_Work to complete_: Please reproduce exactly the lines from the start of the records through the one containing "v -19.634 16 -0.884", and nothing more.

[Stored records]
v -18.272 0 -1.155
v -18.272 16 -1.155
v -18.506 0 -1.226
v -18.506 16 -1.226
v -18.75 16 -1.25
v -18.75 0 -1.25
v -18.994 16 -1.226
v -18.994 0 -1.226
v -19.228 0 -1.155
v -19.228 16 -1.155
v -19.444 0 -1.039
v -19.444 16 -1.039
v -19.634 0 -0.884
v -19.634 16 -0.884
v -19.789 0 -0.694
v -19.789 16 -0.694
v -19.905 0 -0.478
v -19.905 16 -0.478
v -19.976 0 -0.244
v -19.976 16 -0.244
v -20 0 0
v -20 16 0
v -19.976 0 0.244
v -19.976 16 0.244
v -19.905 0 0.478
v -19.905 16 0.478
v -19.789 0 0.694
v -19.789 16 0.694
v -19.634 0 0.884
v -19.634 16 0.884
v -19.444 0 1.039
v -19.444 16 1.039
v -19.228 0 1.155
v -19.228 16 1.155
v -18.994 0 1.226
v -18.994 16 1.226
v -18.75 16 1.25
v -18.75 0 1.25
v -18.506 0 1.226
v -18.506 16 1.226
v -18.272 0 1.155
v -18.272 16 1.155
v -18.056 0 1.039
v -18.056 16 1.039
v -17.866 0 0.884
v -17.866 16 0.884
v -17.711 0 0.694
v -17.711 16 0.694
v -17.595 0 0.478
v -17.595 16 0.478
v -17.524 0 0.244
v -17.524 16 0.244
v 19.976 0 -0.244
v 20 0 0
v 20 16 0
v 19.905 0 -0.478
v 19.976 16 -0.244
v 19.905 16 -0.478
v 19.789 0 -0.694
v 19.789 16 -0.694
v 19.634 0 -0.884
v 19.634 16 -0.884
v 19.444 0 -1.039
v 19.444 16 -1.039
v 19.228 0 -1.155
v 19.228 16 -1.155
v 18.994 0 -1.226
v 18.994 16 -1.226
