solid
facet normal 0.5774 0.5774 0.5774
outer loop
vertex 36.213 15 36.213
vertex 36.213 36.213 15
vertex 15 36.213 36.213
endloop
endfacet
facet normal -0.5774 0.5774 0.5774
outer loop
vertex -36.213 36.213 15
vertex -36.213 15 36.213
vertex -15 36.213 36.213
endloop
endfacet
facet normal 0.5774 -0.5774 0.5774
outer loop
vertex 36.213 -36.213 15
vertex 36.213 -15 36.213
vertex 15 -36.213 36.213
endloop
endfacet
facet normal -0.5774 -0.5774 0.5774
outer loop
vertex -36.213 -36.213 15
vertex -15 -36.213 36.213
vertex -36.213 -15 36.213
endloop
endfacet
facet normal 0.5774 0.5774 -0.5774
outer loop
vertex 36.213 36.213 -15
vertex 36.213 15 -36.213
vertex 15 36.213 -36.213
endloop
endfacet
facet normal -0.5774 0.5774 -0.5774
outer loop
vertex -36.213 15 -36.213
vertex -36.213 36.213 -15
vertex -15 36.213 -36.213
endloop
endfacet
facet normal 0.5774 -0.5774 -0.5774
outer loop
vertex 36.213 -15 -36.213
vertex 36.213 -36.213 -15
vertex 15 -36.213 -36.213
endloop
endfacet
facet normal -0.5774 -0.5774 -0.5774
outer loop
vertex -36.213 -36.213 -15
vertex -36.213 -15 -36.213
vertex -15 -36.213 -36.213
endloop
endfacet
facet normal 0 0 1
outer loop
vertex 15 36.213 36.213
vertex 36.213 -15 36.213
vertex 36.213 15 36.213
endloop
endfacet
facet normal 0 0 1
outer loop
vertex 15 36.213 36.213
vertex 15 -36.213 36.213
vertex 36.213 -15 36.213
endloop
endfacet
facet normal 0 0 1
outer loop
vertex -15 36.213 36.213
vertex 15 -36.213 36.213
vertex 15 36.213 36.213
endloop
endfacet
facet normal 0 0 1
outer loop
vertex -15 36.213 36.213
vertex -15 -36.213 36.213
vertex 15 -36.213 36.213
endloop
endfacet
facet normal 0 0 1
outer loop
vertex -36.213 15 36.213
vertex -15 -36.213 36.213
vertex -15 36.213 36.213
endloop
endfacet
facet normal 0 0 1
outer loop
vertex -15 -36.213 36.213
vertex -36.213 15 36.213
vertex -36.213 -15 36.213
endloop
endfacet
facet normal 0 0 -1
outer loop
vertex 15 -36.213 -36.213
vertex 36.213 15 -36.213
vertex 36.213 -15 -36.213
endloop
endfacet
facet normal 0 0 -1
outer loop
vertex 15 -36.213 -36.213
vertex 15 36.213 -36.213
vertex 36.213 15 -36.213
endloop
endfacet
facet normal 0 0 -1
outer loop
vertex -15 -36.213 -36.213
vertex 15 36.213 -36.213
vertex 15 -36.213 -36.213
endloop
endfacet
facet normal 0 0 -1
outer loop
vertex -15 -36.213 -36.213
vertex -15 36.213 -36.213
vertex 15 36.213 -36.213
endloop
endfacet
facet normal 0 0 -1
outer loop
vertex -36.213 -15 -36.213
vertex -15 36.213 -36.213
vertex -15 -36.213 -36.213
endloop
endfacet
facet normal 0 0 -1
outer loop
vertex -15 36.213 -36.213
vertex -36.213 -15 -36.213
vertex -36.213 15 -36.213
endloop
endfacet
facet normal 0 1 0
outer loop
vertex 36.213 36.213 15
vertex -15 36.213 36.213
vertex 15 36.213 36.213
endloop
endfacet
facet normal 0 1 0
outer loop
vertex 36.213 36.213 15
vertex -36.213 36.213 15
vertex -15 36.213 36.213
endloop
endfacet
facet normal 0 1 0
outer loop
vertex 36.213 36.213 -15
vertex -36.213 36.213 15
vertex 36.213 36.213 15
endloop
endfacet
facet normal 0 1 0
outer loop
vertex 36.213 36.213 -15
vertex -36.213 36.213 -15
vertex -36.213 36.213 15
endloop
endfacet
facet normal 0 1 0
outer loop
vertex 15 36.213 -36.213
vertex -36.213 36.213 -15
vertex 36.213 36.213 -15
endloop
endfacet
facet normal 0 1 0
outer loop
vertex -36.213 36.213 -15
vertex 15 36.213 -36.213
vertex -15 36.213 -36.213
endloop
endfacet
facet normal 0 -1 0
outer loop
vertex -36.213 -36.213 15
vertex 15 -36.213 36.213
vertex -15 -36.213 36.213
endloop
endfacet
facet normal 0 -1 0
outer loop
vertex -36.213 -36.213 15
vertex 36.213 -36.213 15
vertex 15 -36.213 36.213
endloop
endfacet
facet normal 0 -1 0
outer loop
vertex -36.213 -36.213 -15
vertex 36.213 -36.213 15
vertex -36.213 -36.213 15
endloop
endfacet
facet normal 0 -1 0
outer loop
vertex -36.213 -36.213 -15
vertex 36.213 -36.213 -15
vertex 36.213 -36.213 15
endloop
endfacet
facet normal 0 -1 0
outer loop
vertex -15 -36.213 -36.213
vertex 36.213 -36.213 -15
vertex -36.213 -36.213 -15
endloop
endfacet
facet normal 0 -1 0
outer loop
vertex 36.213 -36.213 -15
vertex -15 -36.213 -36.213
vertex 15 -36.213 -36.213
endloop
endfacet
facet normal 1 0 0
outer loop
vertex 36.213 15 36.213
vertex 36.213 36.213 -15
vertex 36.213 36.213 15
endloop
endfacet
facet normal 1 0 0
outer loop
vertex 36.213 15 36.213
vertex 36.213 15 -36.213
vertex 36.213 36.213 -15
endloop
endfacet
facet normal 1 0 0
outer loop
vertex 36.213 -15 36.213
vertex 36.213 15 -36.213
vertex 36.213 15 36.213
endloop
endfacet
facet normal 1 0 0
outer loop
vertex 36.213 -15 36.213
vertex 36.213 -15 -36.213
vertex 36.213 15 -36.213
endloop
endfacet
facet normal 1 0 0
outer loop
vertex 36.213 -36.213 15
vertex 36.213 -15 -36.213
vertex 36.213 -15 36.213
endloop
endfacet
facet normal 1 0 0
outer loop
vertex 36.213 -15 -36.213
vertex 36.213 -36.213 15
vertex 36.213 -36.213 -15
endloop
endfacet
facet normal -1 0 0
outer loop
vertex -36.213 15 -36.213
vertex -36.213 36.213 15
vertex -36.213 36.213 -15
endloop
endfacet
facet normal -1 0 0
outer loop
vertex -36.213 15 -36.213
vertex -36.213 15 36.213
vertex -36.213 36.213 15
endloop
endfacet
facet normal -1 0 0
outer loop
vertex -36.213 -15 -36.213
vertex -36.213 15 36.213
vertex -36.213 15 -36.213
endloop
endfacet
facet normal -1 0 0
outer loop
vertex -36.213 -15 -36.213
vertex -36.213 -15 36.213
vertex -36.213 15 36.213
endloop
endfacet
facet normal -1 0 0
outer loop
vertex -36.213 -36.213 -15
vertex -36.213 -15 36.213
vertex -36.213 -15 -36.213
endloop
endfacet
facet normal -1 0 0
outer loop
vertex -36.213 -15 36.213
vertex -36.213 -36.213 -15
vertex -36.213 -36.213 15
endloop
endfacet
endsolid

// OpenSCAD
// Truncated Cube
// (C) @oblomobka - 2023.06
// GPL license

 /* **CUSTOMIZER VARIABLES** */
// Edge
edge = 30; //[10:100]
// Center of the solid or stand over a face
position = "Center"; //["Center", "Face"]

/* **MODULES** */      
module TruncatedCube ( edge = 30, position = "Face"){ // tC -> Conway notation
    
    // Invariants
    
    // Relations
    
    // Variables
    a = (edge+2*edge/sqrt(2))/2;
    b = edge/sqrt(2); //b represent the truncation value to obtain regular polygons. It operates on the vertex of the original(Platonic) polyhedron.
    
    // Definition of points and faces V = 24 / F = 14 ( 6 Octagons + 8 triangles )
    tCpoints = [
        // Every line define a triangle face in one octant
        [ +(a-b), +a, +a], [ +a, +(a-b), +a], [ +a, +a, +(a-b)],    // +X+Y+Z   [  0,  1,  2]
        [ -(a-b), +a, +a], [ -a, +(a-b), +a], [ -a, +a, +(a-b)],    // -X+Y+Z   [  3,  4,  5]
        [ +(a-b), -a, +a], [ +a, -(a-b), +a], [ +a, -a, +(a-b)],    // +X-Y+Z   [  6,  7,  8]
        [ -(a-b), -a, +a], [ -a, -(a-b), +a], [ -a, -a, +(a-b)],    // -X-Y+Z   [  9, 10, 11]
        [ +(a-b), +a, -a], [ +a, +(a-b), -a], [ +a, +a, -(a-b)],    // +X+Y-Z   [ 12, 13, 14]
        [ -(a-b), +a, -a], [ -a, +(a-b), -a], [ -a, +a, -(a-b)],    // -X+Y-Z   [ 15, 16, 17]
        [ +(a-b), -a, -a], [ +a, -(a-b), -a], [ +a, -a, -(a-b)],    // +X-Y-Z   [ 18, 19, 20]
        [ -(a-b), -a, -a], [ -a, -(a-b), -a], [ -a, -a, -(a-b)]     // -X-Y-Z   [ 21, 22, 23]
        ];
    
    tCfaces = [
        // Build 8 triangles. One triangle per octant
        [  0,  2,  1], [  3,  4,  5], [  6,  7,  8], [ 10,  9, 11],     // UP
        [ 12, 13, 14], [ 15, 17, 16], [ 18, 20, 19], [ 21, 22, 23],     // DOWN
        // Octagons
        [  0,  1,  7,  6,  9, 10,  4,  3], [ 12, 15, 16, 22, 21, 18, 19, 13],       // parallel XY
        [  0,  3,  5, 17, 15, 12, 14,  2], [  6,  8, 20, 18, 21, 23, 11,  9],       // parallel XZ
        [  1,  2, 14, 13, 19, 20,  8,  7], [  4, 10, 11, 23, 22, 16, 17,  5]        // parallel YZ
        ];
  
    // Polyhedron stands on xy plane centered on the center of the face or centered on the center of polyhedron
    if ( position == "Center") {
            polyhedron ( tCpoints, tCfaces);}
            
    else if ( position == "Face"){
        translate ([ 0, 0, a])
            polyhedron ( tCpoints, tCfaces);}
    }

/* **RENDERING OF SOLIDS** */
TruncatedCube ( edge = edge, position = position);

_Result for this exercise_:
v -18.272 0 -1.155
v -18.272 16 -1.155
v -18.506 0 -1.226
v -18.506 16 -1.226
v -18.75 16 -1.25
v -18.75 0 -1.25
v -18.994 16 -1.226
v -18.994 0 -1.226
v -19.228 0 -1.155
v -19.228 16 -1.155
v -19.444 0 -1.039
v -19.444 16 -1.039
v -19.634 0 -0.884
v -19.634 16 -0.884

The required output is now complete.